There's actually been the suggestion to provide a USE flag that allows people to force the install of broadcom-sta, even if they have SSB enabled in the kernel. Basically one of those, "it's known to break shit, but if you're sure you know what you're doing, enable this flag". I'm going to have a go at changing the ebuild when I have time if nobody else beats me to it. 

ANYWAY...check for B43/B44. B44 is wired, so post back if you find that before disabling anything as we dont want to bugger your wired just to get wireless working. If you find B43 enabled, nuke it, then nuke SSB.

EDIT: actually, screw it. I'll help you, none of this next rant is directed at you, but the maintainers can rot. They just completely reverted the previous blocker I added with no consideration given to user input, or alternative solutions. From now on I'm not proposing fixes for bugs, or even reporting them for that matter. I'm just going to throw a tantrum like an end user whenever things aren't fixed, and maintain my own local overlay that already has the fix.

"module builds correctly anyway with b43 and SSB enabled make checks non-fatal. The correct fix is blackisting ssb and, perhaps b43 via udev rules."

Yeah no shit it builds correctly. And that's a problem, you don't let users install a fucking package knowing it's going to be non-functional because of their kernel settings. So now rather than making users fix their kernel configuration, you're going to quietly let them install broadcom-sta, and just hope that after scratching their heads wondering why on earth nothing is working, they know to blacklist via udev rules, AND how to write udev rules in the first place. REALLY? Another brilliant case of devs being completely and totally out of touch with their user base. Guess only advanced users and ricers are welcome to use Gentoo. I'm done, I don't volunteer my time for crap like that where mine and others' suggestions are ignored and spit back in my face with no discussion just because a dev thinks they know what's good for me better than I do.

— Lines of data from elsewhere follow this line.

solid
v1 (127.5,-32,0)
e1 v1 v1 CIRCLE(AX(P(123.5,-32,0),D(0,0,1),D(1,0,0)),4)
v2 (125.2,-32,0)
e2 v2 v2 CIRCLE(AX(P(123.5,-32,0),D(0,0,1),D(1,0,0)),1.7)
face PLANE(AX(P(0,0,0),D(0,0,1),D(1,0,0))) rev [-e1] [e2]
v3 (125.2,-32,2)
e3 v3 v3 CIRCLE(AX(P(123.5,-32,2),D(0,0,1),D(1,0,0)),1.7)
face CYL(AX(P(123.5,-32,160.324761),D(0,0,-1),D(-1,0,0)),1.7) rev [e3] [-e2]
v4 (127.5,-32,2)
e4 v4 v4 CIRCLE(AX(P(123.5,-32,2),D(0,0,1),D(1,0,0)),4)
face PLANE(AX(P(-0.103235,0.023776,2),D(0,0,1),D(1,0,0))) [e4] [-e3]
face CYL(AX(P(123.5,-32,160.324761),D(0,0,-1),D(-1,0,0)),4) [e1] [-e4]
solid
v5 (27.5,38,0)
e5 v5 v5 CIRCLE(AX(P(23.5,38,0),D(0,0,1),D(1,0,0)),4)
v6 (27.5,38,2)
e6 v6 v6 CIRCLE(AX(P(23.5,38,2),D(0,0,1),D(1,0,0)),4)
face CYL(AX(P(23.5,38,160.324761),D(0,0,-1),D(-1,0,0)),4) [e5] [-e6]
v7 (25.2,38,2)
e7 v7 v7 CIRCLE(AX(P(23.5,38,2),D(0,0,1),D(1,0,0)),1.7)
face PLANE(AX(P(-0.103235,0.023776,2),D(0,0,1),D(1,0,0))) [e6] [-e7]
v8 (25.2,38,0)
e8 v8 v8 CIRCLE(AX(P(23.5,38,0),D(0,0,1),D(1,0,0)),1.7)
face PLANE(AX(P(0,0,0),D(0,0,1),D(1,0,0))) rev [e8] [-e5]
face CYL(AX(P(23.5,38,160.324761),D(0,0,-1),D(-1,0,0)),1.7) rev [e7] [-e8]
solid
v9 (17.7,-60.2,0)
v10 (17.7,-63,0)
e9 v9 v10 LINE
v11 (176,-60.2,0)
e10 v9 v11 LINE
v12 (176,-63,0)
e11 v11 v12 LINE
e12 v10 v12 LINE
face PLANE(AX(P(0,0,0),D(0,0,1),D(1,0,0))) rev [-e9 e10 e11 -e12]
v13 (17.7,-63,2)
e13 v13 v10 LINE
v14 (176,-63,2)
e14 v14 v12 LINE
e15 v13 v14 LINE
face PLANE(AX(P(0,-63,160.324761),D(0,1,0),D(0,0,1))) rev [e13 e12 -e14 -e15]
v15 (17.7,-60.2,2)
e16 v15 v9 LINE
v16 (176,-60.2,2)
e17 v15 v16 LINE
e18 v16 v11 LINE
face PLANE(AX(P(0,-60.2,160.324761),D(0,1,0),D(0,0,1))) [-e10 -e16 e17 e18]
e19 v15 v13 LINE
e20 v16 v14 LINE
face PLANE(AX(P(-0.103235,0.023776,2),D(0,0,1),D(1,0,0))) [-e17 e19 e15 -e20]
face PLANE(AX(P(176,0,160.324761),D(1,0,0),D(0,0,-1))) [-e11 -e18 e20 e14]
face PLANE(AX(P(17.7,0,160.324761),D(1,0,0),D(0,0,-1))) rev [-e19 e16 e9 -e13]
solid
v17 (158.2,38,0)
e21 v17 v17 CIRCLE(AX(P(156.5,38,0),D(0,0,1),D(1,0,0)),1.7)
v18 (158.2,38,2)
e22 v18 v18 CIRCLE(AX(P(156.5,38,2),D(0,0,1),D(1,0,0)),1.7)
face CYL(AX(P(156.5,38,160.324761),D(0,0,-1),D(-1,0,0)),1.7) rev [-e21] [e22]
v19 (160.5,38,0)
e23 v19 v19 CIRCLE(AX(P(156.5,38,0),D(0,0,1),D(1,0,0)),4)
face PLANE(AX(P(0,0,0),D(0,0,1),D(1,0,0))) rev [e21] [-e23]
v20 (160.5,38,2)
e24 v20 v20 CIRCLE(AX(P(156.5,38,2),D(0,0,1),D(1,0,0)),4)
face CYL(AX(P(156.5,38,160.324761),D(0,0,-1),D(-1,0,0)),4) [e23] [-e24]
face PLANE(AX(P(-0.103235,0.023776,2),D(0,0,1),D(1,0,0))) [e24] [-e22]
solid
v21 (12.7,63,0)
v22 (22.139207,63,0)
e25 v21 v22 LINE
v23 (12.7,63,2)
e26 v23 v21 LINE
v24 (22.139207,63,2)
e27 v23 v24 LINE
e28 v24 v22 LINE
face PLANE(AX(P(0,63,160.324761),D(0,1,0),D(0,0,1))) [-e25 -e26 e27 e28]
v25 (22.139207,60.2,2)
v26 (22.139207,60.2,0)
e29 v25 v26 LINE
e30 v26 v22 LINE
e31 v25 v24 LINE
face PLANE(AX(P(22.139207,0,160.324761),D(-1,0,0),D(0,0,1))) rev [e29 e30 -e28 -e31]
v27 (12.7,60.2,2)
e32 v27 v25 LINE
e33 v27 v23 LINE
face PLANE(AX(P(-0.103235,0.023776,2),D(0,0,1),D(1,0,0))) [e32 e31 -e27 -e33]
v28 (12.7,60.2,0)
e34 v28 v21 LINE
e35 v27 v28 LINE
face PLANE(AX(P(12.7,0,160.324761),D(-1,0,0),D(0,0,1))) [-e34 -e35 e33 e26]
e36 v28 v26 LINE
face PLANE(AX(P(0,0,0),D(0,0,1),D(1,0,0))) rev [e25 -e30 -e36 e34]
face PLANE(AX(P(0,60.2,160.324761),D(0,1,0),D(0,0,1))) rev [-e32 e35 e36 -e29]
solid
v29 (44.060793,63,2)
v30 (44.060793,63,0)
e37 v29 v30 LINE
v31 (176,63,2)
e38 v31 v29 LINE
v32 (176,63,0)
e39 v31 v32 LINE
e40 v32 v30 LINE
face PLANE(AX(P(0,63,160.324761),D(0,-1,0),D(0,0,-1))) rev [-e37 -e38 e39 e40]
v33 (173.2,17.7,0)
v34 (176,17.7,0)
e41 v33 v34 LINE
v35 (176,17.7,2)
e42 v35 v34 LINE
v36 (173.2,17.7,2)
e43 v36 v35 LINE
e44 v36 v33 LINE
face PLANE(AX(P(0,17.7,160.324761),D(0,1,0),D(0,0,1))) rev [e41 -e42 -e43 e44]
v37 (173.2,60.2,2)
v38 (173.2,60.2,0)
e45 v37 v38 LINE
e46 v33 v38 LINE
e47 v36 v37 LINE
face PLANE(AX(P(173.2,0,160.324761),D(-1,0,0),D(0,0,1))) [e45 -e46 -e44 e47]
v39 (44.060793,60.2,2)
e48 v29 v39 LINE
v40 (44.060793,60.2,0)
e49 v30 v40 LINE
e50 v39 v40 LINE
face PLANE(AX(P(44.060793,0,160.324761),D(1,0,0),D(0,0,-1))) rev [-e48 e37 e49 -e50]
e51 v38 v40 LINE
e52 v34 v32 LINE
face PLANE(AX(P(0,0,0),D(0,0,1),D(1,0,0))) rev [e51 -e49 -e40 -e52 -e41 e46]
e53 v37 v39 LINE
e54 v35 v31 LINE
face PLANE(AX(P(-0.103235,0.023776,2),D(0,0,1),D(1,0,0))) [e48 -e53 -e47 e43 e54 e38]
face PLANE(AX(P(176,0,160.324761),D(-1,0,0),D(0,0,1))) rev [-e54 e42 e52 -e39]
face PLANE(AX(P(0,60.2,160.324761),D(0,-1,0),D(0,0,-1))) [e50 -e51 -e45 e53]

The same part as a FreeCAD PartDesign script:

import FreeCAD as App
import Part
import Sketcher

V = App.Vector

doc = App.newDocument("Part")
params = doc.addObject("Spreadsheet::Sheet", "Params")
for row, (alias, value) in enumerate([
    ("sketch1_diameter", "8 mm"),
    ("sketch1_diameter2", "3.4 mm"),
    ("sketch1_width", "2.8 mm"),
    ("sketch1_width2", "158.3 mm"),
    ("sketch1_height", "42.5 mm"),
    ("pad1_length", "2 mm"),
], start=1):
    params.set(f"A{row}", alias)
    params.set(f"B{row}", "=" + value)
    params.setAlias(f"B{row}", alias)

body = doc.addObject("PartDesign::Body", "Body")
body.AllowCompound = True

# Sketch on XY plane
sketch1 = doc.addObject("Sketcher::SketchObject", "Sketch")
body.addObject(sketch1)
sketch1.AttachmentSupport = (doc.XY_Plane, [""])
sketch1.MapMode = "FlatFace"
sketch1.addGeometry([
    Part.LineSegment(V(44.1, 63, 0), V(44.1, 60.2, 0)),  # 0
    Part.LineSegment(V(44.1, 60.2, 0), V(173.2, 60.2, 0)),  # 1
    Part.LineSegment(V(173.2, 60.2, 0), V(173.2, 17.7, 0)),  # 2
    Part.LineSegment(V(173.2, 17.7, 0), V(176, 17.7, 0)),  # 3
    Part.LineSegment(V(176, 17.7, 0), V(176, 63, 0)),  # 4
    Part.LineSegment(V(176, 63, 0), V(44.1, 63, 0)),  # 5
    Part.LineSegment(V(12.7, 63, 0), V(12.7, 60.2, 0)),  # 6
    Part.LineSegment(V(12.7, 60.2, 0), V(22.1, 60.2, 0)),  # 7
    Part.LineSegment(V(22.1, 60.2, 0), V(22.1, 63, 0)),  # 8
    Part.LineSegment(V(22.1, 63, 0), V(12.7, 63, 0)),  # 9
    Part.Circle(V(23.5, 38, 0), V(0, 0, 1), 4),  # 10
    Part.Circle(V(23.5, 38, 0), V(0, 0, 1), 1.7),  # 11
    Part.Circle(V(156.5, 38, 0), V(0, 0, 1), 4),  # 12
    Part.Circle(V(156.5, 38, 0), V(0, 0, 1), 1.7),  # 13
    Part.Circle(V(123.5, -32, 0), V(0, 0, 1), 4),  # 14
    Part.Circle(V(123.5, -32, 0), V(0, 0, 1), 1.7),  # 15
    Part.LineSegment(V(17.7, -60.2, 0), V(17.7, -63, 0)),  # 16
    Part.LineSegment(V(17.7, -63, 0), V(176, -63, 0)),  # 17
    Part.LineSegment(V(176, -63, 0), V(176, -60.2, 0)),  # 18
    Part.LineSegment(V(176, -60.2, 0), V(17.7, -60.2, 0)),  # 19
], False)
sketch1.addConstraint([
    Sketcher.Constraint("Coincident", 0, 2, 1, 1),
    Sketcher.Constraint("Coincident", 1, 2, 2, 1),
    Sketcher.Constraint("Coincident", 2, 2, 3, 1),
    Sketcher.Constraint("Coincident", 3, 2, 4, 1),
    Sketcher.Constraint("Coincident", 4, 2, 5, 1),
    Sketcher.Constraint("Coincident", 5, 2, 0, 1),
    Sketcher.Constraint("Coincident", 6, 2, 7, 1),
    Sketcher.Constraint("Coincident", 7, 2, 8, 1),
    Sketcher.Constraint("Coincident", 8, 2, 9, 1),
    Sketcher.Constraint("Coincident", 9, 2, 6, 1),
    Sketcher.Constraint("Coincident", 16, 2, 17, 1),
    Sketcher.Constraint("Coincident", 17, 2, 18, 1),
    Sketcher.Constraint("Coincident", 18, 2, 19, 1),
    Sketcher.Constraint("Coincident", 19, 2, 16, 1),
    Sketcher.Constraint("Vertical", 0),
    Sketcher.Constraint("Horizontal", 1),
    Sketcher.Constraint("Vertical", 2),
    Sketcher.Constraint("Horizontal", 3),
    Sketcher.Constraint("Vertical", 4),
    Sketcher.Constraint("Horizontal", 5),
    Sketcher.Constraint("Vertical", 6),
    Sketcher.Constraint("Horizontal", 7),
    Sketcher.Constraint("Vertical", 8),
    Sketcher.Constraint("Horizontal", 9),
    Sketcher.Constraint("Vertical", 16),
    Sketcher.Constraint("Horizontal", 17),
    Sketcher.Constraint("Vertical", 18),
    Sketcher.Constraint("Horizontal", 19),
    Sketcher.Constraint("Coincident", 11, 3, 10, 3),
    Sketcher.Constraint("Coincident", 13, 3, 12, 3),
    Sketcher.Constraint("Coincident", 15, 3, 14, 3),
    Sketcher.Constraint("Equal", 10, 12),
    Sketcher.Constraint("Equal", 11, 13),
    Sketcher.Constraint("Equal", 12, 14),
    Sketcher.Constraint("Equal", 13, 15),
    Sketcher.Constraint("Symmetric", 4, 2, 17, 2, -1),
    Sketcher.Constraint("Horizontal", 11, 3, 12, 3),
    Sketcher.Constraint("Horizontal", 1, 2, 6, 2),
    Sketcher.Constraint("Horizontal", 5, 2, 8, 2),
    Sketcher.Constraint("Equal", 3, 0),
    Sketcher.Constraint("Equal", 8, 16),
    Sketcher.Constraint("Diameter", 10, 8.0),
    Sketcher.Constraint("Diameter", 11, 3.4),
    Sketcher.Constraint("DistanceX", 3, 1, 3, 2, 2.8),
    Sketcher.Constraint("DistanceX", 17, 1, 17, 2, 158.3),
    Sketcher.Constraint("DistanceY", 2, 2, 2, 1, 42.5),
    Sketcher.Constraint("DistanceY", -1, 1, 10, 3, 38.0),
    Sketcher.Constraint("DistanceY", 14, 3, -1, 1, 32.0),
    Sketcher.Constraint("DistanceX", -1, 1, 3, 2, 176.0),
    Sketcher.Constraint("DistanceY", -1, 1, 4, 2, 63.0),
    Sketcher.Constraint("DistanceX", 10, 3, 12, 3, 133.0),
    Sketcher.Constraint("DistanceX", 14, 3, 12, 3, 33.0),
    Sketcher.Constraint("DistanceX", -1, 1, 10, 3, 23.5),
    Sketcher.Constraint("DistanceX", -1, 1, 6, 2, 12.7),
    Sketcher.Constraint("DistanceX", 1, 1, 1, 2, 129.139207),
    Sketcher.Constraint("DistanceX", 7, 1, 7, 2, 9.439207),
])
sketch1.setExpression("Constraints[41]", "Params.sketch1_diameter")
sketch1.setExpression("Constraints[42]", "Params.sketch1_diameter2")
sketch1.setExpression("Constraints[43]", "Params.sketch1_width")
sketch1.setExpression("Constraints[44]", "Params.sketch1_width2")
sketch1.setExpression("Constraints[45]", "Params.sketch1_height")
pad1 = doc.addObject("PartDesign::Pad", "Pad")
body.addObject(pad1)
pad1.Profile = sketch1
pad1.setExpression("Length", "Params.pad1_length")

doc.recompute()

SO, as it stands now, you can just --sync, get the new ebuild which doesn't have this blocker, emerge broadcom-sta, and your shit will break. But hey, it's common knowledge people should read the ebuild comments before merging a package, and writing udev rules is common knowledge as well! 

</rant>

----------

## d2_racing

When you know the kernel module, you can also run this :

```

# find /usr/src/linux_version -name Makefile | xargs grep -i the_name_of_the_module

```

Example :

```

# find /usr/src/linux-2.6.27-gentoo-r8 -name Makefile | xargs grep -i skge

```

Returns :

```

/usr/src/linux-2.6.27-gentoo-r8/drivers/net/Makefile:obj-$(CONFIG_SKGE) += skge.o

```

----------

## Skippy204

 *cach0rr0 wrote:*   

>  none of this next rant is directed at you, but 
> 
> </rant>

 

I know how you feel on that one.   :Smile: 

Okay: I didn't read your instructions clearly before I proceeded and I disabled both b43 and b44 and ssb.  However, if my wired connection is out of order because I disabled b44 I will know where to start.  I can go back and fix that and trouble shoot from there if needed.  Right now I'd rather have the wireless working.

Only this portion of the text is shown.